*** SOURCE RECORDS ***

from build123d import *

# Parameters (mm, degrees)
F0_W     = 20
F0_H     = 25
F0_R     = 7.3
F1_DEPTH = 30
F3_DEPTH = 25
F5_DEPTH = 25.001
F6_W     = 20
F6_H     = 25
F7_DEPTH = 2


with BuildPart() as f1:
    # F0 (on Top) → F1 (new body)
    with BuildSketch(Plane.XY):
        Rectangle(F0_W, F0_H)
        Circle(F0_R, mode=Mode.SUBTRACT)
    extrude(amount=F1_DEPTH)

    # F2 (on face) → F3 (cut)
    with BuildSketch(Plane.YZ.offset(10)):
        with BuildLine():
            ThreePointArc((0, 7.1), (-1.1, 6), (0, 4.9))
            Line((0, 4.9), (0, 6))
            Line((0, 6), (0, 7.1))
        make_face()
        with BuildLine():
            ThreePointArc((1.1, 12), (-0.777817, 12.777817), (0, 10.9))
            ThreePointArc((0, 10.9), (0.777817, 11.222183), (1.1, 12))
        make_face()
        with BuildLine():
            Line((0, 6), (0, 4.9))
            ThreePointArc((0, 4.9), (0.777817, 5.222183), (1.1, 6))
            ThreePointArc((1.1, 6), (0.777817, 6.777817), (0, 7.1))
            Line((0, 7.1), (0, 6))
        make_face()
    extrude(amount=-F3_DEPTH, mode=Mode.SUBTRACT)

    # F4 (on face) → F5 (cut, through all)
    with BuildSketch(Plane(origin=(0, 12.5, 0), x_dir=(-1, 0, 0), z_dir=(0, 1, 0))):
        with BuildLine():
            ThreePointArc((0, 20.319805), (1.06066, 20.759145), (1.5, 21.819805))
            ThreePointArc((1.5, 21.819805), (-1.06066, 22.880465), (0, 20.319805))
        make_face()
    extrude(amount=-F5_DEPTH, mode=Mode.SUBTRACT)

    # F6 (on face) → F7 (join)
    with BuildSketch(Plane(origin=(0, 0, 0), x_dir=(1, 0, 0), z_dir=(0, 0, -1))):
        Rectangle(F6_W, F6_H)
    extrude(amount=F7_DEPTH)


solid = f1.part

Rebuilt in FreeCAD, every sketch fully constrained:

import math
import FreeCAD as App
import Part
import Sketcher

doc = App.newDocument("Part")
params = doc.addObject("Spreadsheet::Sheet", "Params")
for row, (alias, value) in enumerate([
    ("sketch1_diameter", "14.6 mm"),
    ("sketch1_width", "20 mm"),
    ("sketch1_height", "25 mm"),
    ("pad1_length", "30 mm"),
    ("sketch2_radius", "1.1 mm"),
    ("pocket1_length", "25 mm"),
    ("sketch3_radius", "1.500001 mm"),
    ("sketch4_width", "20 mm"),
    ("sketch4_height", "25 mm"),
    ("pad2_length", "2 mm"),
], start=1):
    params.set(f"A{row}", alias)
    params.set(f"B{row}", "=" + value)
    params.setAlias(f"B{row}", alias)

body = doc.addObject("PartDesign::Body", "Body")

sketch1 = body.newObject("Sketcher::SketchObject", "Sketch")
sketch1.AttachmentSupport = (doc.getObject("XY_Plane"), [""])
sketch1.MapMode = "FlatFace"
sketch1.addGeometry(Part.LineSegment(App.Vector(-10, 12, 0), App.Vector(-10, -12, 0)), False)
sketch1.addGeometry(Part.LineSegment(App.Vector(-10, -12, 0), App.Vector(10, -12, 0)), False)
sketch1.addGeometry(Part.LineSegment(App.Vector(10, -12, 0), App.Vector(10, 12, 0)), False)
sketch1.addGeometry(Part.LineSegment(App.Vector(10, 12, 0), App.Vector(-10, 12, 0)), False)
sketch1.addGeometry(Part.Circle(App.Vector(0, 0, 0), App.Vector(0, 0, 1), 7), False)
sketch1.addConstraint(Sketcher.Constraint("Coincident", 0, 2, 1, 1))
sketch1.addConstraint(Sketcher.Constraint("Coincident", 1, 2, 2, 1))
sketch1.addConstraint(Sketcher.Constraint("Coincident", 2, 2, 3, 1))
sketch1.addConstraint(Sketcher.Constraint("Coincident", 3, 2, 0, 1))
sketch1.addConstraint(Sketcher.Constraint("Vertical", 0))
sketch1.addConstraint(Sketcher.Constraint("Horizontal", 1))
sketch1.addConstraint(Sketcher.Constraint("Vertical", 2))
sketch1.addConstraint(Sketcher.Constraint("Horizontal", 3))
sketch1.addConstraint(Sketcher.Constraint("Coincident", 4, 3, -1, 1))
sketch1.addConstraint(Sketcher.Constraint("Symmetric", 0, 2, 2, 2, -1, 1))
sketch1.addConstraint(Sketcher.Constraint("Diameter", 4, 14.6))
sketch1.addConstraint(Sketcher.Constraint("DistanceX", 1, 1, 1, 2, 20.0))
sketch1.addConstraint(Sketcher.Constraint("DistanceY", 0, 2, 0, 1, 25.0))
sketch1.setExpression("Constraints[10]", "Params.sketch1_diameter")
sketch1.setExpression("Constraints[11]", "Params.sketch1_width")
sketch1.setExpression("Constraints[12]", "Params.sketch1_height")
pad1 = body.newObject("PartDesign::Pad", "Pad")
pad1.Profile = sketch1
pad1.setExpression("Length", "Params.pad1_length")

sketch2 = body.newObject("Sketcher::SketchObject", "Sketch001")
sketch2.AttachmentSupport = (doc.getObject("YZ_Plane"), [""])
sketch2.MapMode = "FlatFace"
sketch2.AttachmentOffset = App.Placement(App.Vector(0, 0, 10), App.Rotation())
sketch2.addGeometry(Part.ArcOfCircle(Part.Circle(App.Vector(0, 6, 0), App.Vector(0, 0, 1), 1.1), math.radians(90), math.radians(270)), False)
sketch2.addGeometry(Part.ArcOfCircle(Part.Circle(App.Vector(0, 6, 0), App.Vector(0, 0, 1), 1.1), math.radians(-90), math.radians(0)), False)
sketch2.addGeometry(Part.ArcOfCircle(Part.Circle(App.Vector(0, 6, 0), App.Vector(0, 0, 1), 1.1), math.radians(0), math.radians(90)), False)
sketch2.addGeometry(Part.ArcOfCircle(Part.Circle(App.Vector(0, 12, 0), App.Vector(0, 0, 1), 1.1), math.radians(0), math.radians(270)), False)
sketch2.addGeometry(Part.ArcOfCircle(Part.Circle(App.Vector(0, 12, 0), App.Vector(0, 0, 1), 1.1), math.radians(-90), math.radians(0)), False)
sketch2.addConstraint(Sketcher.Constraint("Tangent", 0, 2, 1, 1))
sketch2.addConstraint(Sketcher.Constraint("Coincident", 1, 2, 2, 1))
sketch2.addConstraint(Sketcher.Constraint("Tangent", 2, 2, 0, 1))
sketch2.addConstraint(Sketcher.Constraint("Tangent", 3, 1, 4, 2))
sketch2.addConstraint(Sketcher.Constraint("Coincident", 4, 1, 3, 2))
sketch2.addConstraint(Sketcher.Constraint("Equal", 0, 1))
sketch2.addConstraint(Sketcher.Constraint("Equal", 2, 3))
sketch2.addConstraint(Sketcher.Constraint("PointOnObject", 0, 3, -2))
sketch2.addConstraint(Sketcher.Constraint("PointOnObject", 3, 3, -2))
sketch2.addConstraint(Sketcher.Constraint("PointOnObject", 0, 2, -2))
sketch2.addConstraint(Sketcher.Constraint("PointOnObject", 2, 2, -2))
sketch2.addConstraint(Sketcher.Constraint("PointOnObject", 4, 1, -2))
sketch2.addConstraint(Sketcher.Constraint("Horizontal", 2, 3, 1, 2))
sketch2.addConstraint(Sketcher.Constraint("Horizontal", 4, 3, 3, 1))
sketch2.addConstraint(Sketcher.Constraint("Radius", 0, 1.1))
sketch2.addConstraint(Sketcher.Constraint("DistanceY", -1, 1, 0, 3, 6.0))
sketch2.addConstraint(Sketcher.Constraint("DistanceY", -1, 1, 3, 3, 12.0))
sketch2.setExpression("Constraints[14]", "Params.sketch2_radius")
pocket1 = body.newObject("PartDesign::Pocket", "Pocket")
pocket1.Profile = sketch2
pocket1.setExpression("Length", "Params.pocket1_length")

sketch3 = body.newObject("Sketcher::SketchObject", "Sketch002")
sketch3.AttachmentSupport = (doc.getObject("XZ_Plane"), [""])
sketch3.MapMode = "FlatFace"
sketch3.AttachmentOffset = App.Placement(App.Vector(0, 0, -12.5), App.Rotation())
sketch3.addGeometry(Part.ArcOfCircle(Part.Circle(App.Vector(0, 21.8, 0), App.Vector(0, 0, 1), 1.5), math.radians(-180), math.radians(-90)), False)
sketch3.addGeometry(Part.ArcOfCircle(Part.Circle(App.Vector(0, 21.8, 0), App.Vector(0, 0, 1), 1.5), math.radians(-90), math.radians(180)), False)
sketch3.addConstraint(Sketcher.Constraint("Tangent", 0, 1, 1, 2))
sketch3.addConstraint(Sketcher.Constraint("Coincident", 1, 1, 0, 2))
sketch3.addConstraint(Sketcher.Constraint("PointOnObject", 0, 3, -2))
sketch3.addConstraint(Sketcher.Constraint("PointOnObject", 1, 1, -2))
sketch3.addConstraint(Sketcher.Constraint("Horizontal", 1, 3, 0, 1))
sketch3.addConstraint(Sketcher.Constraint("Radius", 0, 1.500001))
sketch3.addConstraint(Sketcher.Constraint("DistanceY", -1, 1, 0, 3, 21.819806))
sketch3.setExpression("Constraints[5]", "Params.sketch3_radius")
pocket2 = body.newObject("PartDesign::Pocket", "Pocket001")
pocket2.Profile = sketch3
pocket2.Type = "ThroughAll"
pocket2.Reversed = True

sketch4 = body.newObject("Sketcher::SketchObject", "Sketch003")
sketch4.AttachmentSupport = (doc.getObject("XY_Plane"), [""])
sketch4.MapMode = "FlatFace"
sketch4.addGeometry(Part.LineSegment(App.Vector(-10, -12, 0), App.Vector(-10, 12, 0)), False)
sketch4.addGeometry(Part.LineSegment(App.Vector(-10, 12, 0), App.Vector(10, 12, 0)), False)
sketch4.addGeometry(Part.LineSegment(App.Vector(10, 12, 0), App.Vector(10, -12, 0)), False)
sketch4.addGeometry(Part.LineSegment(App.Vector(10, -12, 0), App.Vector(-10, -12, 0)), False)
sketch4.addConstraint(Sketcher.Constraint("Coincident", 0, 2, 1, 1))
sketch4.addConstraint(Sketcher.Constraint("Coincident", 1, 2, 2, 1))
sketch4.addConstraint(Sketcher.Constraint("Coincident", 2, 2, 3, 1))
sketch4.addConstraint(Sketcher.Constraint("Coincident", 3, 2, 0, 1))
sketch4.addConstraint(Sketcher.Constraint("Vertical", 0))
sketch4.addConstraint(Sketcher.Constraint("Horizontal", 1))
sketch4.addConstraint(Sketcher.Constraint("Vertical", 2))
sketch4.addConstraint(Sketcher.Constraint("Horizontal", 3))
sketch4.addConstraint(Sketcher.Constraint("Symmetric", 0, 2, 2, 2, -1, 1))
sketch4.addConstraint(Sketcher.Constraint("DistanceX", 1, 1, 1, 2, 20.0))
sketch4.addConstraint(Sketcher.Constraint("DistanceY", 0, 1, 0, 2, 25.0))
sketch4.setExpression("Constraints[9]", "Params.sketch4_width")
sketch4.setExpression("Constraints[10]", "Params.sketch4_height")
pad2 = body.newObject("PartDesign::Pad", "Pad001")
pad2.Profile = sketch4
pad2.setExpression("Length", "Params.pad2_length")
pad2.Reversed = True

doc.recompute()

*** End of SOURCE RECORDS ***

• _AIM OF THE EXERCISE_:
Above are the lines; repeat exactly the ones from the line containing "extrude(amount=-F5_DEPTH, mode=Mode.SUBTRACT)" down to the line containing "Rebuilt in FreeCAD, every", both inclusive.

• _OUTPUT OF THE EXERCISE_:
    extrude(amount=-F5_DEPTH, mode=Mode.SUBTRACT)

    # F6 (on face) → F7 (join)
    with BuildSketch(Plane(origin=(0, 0, 0), x_dir=(1, 0, 0), z_dir=(0, 0, -1))):
        Rectangle(F6_W, F6_H)
    extrude(amount=F7_DEPTH)


solid = f1.part

Rebuilt in FreeCAD, every sketch fully constrained:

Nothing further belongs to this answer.